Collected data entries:
========================

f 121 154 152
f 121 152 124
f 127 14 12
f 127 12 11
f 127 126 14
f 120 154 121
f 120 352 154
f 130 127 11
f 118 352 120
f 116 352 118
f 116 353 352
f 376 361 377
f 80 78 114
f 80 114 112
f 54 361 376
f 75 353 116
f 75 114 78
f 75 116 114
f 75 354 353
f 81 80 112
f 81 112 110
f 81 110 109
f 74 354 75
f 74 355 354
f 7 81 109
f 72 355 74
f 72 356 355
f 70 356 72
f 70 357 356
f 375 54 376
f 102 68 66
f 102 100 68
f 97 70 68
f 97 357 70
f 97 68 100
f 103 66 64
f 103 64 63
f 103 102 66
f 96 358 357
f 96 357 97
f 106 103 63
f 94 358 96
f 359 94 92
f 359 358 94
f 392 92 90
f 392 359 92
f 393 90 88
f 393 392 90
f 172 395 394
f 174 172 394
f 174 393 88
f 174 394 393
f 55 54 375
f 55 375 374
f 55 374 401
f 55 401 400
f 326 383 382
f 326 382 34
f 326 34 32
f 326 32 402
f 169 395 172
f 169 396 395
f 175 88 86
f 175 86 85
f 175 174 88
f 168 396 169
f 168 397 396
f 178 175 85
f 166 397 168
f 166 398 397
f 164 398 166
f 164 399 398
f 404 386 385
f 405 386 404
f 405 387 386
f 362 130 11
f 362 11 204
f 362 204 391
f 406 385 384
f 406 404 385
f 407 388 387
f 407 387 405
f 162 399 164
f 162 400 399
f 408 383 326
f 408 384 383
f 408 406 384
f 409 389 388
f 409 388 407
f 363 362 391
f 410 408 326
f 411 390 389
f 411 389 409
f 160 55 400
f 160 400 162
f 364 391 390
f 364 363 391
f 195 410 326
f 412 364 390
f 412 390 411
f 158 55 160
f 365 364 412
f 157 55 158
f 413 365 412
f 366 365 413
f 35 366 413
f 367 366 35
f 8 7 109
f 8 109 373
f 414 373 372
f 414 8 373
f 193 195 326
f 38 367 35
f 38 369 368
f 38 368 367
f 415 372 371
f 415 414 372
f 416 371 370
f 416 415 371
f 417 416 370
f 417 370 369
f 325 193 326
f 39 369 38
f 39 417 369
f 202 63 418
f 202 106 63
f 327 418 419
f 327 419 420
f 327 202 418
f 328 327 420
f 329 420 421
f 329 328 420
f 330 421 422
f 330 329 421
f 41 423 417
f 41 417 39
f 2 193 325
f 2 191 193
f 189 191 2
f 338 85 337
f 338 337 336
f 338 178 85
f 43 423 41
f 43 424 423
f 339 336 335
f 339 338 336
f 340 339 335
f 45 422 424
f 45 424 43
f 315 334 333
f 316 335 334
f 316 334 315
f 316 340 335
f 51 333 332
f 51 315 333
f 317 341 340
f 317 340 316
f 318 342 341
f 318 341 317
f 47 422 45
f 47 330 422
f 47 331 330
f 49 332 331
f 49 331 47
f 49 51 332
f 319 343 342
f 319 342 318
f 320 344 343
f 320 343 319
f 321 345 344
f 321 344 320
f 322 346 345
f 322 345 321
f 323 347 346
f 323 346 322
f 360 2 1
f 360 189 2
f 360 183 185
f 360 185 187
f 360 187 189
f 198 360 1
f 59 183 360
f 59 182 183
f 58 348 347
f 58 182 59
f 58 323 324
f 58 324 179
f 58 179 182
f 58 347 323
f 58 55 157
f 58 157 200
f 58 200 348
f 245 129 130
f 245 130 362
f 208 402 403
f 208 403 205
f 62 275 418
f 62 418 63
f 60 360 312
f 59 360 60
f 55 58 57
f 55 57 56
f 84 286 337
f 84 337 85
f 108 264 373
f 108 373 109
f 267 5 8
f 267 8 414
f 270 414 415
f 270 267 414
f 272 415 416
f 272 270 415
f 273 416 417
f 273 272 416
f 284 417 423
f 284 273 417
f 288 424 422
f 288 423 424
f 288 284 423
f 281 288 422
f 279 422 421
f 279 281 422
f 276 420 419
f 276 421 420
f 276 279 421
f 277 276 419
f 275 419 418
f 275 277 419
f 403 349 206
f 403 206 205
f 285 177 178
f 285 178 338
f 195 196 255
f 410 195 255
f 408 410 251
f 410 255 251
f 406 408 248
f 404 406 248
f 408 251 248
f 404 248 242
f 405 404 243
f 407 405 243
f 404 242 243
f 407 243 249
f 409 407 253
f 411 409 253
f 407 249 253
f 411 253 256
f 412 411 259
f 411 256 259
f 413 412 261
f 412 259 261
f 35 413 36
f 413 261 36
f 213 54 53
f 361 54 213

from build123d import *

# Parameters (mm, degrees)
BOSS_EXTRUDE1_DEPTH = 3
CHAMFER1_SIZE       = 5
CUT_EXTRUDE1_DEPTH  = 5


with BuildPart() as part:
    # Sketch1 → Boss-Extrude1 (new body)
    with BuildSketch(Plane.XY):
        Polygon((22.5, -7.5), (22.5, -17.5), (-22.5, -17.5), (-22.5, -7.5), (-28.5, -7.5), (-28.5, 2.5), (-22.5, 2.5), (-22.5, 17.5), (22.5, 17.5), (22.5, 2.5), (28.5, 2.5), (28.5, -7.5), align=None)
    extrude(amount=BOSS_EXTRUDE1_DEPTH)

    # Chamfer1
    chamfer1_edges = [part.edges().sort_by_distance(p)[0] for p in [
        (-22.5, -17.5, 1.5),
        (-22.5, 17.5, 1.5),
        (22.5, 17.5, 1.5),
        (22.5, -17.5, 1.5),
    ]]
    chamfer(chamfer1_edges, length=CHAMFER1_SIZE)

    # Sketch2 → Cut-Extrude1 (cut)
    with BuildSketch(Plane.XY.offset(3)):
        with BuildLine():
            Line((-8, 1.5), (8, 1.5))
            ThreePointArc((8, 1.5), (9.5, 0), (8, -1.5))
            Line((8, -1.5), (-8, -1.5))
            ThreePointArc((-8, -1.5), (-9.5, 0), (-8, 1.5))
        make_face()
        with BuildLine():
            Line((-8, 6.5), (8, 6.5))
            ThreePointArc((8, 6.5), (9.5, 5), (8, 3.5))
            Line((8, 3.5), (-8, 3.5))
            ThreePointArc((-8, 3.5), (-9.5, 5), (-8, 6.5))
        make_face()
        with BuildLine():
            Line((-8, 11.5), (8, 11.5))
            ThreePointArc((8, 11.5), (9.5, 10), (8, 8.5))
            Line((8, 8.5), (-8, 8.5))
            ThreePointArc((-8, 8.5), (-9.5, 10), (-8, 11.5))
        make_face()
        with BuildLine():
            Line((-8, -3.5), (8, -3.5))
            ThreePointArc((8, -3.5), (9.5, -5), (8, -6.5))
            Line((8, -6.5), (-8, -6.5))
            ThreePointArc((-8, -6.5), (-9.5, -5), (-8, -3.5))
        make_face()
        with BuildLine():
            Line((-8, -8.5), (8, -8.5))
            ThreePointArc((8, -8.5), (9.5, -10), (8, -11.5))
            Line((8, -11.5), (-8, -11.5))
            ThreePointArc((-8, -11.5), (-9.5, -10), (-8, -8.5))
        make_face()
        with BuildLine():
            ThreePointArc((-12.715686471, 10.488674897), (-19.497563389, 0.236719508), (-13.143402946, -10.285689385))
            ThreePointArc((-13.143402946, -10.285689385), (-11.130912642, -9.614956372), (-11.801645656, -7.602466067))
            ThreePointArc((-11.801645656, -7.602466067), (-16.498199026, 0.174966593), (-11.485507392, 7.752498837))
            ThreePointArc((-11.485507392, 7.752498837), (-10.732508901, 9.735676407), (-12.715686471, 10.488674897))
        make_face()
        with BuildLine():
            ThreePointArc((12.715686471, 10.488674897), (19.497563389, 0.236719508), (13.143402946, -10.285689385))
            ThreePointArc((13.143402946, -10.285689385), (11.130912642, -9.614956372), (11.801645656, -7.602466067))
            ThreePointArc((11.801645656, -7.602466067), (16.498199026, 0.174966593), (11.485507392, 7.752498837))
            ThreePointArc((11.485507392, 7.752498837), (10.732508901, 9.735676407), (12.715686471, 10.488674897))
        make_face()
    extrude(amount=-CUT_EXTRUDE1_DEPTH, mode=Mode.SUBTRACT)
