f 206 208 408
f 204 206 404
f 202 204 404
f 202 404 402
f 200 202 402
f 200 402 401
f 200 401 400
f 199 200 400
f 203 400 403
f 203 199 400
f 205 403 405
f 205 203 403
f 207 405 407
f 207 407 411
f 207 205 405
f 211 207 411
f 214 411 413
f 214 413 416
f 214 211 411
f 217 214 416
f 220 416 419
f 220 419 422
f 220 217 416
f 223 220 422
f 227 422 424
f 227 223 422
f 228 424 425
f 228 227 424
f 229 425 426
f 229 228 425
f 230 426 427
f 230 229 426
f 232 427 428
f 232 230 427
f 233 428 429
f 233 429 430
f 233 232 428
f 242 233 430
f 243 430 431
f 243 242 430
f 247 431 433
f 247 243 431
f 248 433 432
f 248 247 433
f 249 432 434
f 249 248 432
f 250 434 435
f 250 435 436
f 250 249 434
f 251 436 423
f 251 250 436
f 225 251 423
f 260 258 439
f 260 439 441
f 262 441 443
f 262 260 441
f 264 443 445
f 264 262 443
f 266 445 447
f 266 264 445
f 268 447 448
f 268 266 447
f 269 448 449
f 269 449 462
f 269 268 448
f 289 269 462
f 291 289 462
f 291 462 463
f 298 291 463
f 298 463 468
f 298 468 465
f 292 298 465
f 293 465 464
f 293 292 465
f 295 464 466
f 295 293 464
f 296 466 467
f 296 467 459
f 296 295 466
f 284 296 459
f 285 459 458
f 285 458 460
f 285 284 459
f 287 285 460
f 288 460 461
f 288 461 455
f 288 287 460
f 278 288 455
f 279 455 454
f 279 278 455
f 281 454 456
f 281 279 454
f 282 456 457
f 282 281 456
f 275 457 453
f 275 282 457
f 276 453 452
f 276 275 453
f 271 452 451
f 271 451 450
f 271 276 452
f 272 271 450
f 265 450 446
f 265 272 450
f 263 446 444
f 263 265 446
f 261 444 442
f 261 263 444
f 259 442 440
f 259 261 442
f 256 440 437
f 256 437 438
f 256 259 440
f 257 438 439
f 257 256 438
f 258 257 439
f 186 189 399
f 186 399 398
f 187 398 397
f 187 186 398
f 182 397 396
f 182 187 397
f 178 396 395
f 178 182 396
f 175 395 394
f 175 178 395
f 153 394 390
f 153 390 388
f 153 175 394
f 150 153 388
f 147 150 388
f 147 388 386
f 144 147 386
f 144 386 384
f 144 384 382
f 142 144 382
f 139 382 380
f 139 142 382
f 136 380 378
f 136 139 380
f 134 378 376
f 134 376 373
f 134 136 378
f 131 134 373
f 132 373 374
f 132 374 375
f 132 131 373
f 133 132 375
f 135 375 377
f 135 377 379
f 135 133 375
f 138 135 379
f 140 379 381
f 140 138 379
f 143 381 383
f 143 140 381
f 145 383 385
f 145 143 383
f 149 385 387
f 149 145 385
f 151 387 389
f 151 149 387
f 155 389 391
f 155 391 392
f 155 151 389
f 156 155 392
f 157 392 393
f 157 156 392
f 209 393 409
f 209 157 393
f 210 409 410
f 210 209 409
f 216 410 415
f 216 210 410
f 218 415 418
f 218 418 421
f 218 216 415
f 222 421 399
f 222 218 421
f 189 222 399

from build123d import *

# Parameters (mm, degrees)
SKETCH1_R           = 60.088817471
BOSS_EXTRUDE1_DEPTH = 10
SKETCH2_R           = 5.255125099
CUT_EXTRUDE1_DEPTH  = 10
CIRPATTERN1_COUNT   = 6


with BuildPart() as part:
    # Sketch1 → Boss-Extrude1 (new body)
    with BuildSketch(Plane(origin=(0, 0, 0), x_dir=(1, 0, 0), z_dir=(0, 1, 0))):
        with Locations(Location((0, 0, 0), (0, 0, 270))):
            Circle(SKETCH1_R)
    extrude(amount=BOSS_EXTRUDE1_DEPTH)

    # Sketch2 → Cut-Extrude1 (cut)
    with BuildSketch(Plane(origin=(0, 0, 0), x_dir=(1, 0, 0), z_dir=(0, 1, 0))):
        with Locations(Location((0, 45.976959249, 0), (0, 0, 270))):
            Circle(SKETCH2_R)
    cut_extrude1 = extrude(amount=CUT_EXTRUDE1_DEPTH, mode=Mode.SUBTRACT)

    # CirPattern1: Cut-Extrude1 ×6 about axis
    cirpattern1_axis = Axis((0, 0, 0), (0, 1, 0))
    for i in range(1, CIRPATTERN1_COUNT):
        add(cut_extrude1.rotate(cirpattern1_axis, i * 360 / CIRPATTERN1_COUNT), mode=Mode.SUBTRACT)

========================

▶ [Exercise requirements]: Precisely reproduce the lines of the entries, beginning at the first and ending at the one containing "f 164 398 166". Add nothing.

▶ [Task answer]:
f 121 154 152
f 121 152 124
f 127 14 12
f 127 12 11
f 127 126 14
f 120 154 121
f 120 352 154
f 130 127 11
f 118 352 120
f 116 352 118
f 116 353 352
f 376 361 377
f 80 78 114
f 80 114 112
f 54 361 376
f 75 353 116
f 75 114 78
f 75 116 114
f 75 354 353
f 81 80 112
f 81 112 110
f 81 110 109
f 74 354 75
f 74 355 354
f 7 81 109
f 72 355 74
f 72 356 355
f 70 356 72
f 70 357 356
f 375 54 376
f 102 68 66
f 102 100 68
f 97 70 68
f 97 357 70
f 97 68 100
f 103 66 64
f 103 64 63
f 103 102 66
f 96 358 357
f 96 357 97
f 106 103 63
f 94 358 96
f 359 94 92
f 359 358 94
f 392 92 90
f 392 359 92
f 393 90 88
f 393 392 90
f 172 395 394
f 174 172 394
f 174 393 88
f 174 394 393
f 55 54 375
f 55 375 374
f 55 374 401
f 55 401 400
f 326 383 382
f 326 382 34
f 326 34 32
f 326 32 402
f 169 395 172
f 169 396 395
f 175 88 86
f 175 86 85
f 175 174 88
f 168 396 169
f 168 397 396
f 178 175 85
f 166 397 168
f 166 398 397
f 164 398 166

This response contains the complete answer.